Dreams provide an alternate vantage point to the one from which we habitually view our situations and behaviors when awake. Whether dreams hold meaning, or whether meaning is made when dreams are actively examined and processed, is open to debate. They’re a matter of how you value them. Some people in therapy resonate to dreamwork, and some therapists find it an effective component of treatment. In this article we’re going to look at work done on recurrent dreams.
“Mary” is in her mid-60s. “Ben,” her husband of over 40 years, died last year. Mary came to therapy to address bereavement issues, noting that “this is taking longer than she thought.” Early on, she wonders if she’s stuck and cites not having any dreams about her husband as possible evidence of this.
I ask her about dreams in general. Is she an active dreamer? Had she dreamed of Ben before his death? Yes, she says, she always dreams, sometimes very disturbing things. Her husband had figured in her dreams throughout their life together. This stopped around the time of his last hospitalization and subsequent move to a skilled nursing facility.
When I ask her about disturbing dreams, she says she has one that’s especially fearsome, that “always comes back.” There are variations, though the setting is usually her grandmother’s house. In one version she’s bringing plates of food from the kitchen to the dining room. Her grandmother sits at the head of the table and tells Mary to join them. In a second version the meal has been eaten and Mary is clearing the dishes away. The family decides to go for a walk. Mary’s grandmother tells her to take care of the dishes later and join them. Mary reports having this dream since she was 6.
I ask her what happened when she was 6. She tells me that was when her grandmother died, then that all the family members in the dream are deceased.
I ask her to tell me about her grandmother. Her grandmother—Mama—had been the matriarch of the family, often filling in for Mary’s mother, who “lived her own life.” Mary had been Mama’s favorite. When she was dying, Mama stated a desire to “take Mary with her because no one else could take good care of her.” Mary recalls that her great-aunt took this seriously, covering the mirrors after Mama’s death in order to decrease the chances of any interactions between this world and the other world.
We look at what the images of “eating with the dead” and “going for a walk with the dead” mean for Mary. Her immediate response is that she wouldn’t be able to get away from them again, i.e. would join them in death. As we tease this out, she describes a process that once begun would leave her control, in which she would lose all volition. As we open this imagery and make it more available to reflection and integration, I note the similarity to themes in mythology and fairy tales. Persephone eats pomegranate seeds in the underworld and ever after is committed to spending half of each year there. Travelers who go “under the hill” in Celtic tales, if they return at all, find that time has passed at a different rate in the conscious world.
In this dream, Mary uses trickery to avoid joining the dead. She tells Mama that she has to go into the kitchen for the main dish, or falls behind to fasten her shoe. Once out of sight, she flees out the door or around the corner.

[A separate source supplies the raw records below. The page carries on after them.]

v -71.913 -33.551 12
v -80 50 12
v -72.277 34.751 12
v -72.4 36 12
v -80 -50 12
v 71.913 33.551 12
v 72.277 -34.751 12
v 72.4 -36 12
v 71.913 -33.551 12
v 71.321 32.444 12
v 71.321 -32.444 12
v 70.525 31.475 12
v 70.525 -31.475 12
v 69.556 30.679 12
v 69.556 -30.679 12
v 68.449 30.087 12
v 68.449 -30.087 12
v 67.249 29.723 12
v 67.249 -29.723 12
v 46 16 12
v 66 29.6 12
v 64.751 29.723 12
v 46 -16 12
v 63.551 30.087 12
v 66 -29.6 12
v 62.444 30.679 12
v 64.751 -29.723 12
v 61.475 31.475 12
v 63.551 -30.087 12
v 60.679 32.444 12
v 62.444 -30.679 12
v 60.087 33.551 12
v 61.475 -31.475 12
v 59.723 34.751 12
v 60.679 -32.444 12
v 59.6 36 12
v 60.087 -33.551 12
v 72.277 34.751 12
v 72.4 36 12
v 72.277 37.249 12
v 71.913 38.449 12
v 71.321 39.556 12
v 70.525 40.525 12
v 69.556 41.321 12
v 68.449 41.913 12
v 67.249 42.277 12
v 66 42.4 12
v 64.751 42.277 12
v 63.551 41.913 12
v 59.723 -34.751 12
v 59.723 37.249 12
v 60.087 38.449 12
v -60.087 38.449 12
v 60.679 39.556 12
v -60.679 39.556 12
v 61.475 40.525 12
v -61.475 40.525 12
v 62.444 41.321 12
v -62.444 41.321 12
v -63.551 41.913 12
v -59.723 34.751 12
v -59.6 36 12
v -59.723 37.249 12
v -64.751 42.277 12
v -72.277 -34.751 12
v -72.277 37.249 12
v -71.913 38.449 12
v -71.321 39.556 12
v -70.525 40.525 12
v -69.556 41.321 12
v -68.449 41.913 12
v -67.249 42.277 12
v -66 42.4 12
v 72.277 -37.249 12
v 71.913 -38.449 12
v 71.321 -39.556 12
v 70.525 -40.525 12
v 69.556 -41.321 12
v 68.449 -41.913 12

I reflect this trait of trickiness to Mary. We spend time expanding on it and linking it to her daily life. She tells me how she bargains with the gardener to get him to move her trash cans, how she hunts for bargains and makes use of coupons, or parries suggested visits from family (the living ones) without ruffling any feathers. This gives us a platform from which we can address the relative strength and energy of the ego, and in doing so consolidate them. I also reflect that in a lifetime of having this dream in which the dead invite her to join them they’ve never prevailed. I acknowledge her anxiety about feeling at risk for being “taken” by a process that would decrease her ability to function. That’s scary. But I also note that according to the dream she seems to be a match for the dead. She laughs and tells me it’s touch-and-go sometimes, but seems pleased to let this stand.
The dream expresses anxiety about loss of control that will result in a loss of self. It captures the world view of a 6-year-old. We sketch a rough timeline and note it tends to occur when Mary feels particularly overwhelmed by events. It expresses her concern about sanity and “holding her life together” in the face of heightened pressure. Mary explains that part of her mother’s “living her own life” entailed what was then called a nervous breakdown, which Mary associates to her mother’s style of living.

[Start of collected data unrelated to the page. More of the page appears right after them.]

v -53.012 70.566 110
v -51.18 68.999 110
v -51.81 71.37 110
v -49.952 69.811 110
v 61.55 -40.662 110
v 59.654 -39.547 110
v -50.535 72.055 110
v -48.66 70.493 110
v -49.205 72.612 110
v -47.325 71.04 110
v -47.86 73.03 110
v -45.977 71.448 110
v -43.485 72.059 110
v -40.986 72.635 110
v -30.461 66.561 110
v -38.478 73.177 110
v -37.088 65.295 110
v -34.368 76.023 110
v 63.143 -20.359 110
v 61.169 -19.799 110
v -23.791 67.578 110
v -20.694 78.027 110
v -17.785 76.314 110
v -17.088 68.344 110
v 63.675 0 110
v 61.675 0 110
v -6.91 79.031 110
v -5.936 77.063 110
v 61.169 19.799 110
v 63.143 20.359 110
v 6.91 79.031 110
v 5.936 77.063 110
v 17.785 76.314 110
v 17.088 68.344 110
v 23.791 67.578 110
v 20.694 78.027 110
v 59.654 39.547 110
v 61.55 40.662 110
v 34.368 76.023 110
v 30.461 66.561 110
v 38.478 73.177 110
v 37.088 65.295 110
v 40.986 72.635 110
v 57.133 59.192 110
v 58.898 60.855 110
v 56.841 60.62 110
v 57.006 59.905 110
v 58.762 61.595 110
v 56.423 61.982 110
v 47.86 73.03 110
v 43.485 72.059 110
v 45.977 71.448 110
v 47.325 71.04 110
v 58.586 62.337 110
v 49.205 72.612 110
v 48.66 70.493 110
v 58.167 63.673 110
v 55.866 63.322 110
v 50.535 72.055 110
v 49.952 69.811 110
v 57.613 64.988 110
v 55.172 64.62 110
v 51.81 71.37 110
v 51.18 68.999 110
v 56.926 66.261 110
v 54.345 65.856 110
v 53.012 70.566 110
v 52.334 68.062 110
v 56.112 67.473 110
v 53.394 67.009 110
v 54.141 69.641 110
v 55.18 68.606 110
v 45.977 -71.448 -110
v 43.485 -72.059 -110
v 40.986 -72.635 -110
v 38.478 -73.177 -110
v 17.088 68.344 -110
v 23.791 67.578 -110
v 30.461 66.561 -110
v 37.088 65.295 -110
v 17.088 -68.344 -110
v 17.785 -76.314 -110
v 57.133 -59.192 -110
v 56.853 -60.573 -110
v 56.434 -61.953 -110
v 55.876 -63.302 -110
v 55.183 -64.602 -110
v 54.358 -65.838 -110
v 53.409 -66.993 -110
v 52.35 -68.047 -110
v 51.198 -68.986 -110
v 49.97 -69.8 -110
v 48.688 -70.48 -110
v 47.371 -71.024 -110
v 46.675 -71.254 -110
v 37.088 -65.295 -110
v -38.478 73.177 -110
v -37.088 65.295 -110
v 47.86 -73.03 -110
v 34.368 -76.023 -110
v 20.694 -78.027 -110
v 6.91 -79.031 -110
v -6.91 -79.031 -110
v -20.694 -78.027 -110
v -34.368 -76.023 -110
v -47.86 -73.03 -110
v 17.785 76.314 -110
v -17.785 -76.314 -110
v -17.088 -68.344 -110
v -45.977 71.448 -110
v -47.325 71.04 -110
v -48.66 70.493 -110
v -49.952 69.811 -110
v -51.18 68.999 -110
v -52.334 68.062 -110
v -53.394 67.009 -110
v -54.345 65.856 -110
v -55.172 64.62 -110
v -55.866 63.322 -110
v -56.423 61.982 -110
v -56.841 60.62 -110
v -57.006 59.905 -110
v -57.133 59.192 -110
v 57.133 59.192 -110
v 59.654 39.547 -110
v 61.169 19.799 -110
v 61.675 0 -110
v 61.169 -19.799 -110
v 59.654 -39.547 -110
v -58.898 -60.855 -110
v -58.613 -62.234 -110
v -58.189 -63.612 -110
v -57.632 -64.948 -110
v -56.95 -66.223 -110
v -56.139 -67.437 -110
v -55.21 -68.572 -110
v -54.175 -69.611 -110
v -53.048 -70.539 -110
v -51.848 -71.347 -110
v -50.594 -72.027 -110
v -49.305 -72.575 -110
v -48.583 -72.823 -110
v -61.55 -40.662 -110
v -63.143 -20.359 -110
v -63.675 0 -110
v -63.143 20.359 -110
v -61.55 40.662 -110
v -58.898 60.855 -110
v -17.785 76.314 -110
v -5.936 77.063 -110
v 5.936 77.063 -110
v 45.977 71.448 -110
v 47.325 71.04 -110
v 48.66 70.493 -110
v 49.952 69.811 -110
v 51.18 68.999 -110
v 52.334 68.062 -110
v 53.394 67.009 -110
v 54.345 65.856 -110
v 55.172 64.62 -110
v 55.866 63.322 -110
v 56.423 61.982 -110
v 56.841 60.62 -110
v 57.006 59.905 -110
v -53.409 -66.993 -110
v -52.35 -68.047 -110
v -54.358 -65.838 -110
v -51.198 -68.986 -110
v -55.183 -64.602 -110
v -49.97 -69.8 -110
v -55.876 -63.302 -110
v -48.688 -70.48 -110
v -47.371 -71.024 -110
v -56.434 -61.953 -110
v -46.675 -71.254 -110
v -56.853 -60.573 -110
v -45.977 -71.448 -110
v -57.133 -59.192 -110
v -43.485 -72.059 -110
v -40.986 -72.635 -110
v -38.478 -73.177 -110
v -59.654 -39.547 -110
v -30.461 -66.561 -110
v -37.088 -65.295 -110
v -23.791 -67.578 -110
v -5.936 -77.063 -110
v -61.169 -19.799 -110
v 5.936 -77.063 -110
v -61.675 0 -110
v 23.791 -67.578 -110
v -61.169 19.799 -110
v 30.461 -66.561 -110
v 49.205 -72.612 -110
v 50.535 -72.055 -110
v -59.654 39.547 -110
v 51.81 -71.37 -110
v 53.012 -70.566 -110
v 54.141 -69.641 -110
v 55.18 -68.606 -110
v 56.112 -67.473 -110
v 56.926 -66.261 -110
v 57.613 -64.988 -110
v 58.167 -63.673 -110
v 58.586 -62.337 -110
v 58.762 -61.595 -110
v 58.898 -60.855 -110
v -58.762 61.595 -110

We identify that dreaming of her husband feels like it will put Mary at risk, that there’s currently a safety switch in place that stops that from happening, and let the matter rest there. Sometime after this, Mary reports the first of a series of dreams about Ben. While these dreams are not without their own anxiety, they provide a framework in which Mary processes the loss of her husband.
Clearly, dreamwork is nothing like a science. Messy, based on associations personal to the dreamer and odd pairings of image and feeling tone, it’s more like weaving a fabric that incorporates both nonrational material and the products of conscious reflection. Yet it can be a place where meaning is made, and thus a practice of value to people in therapy.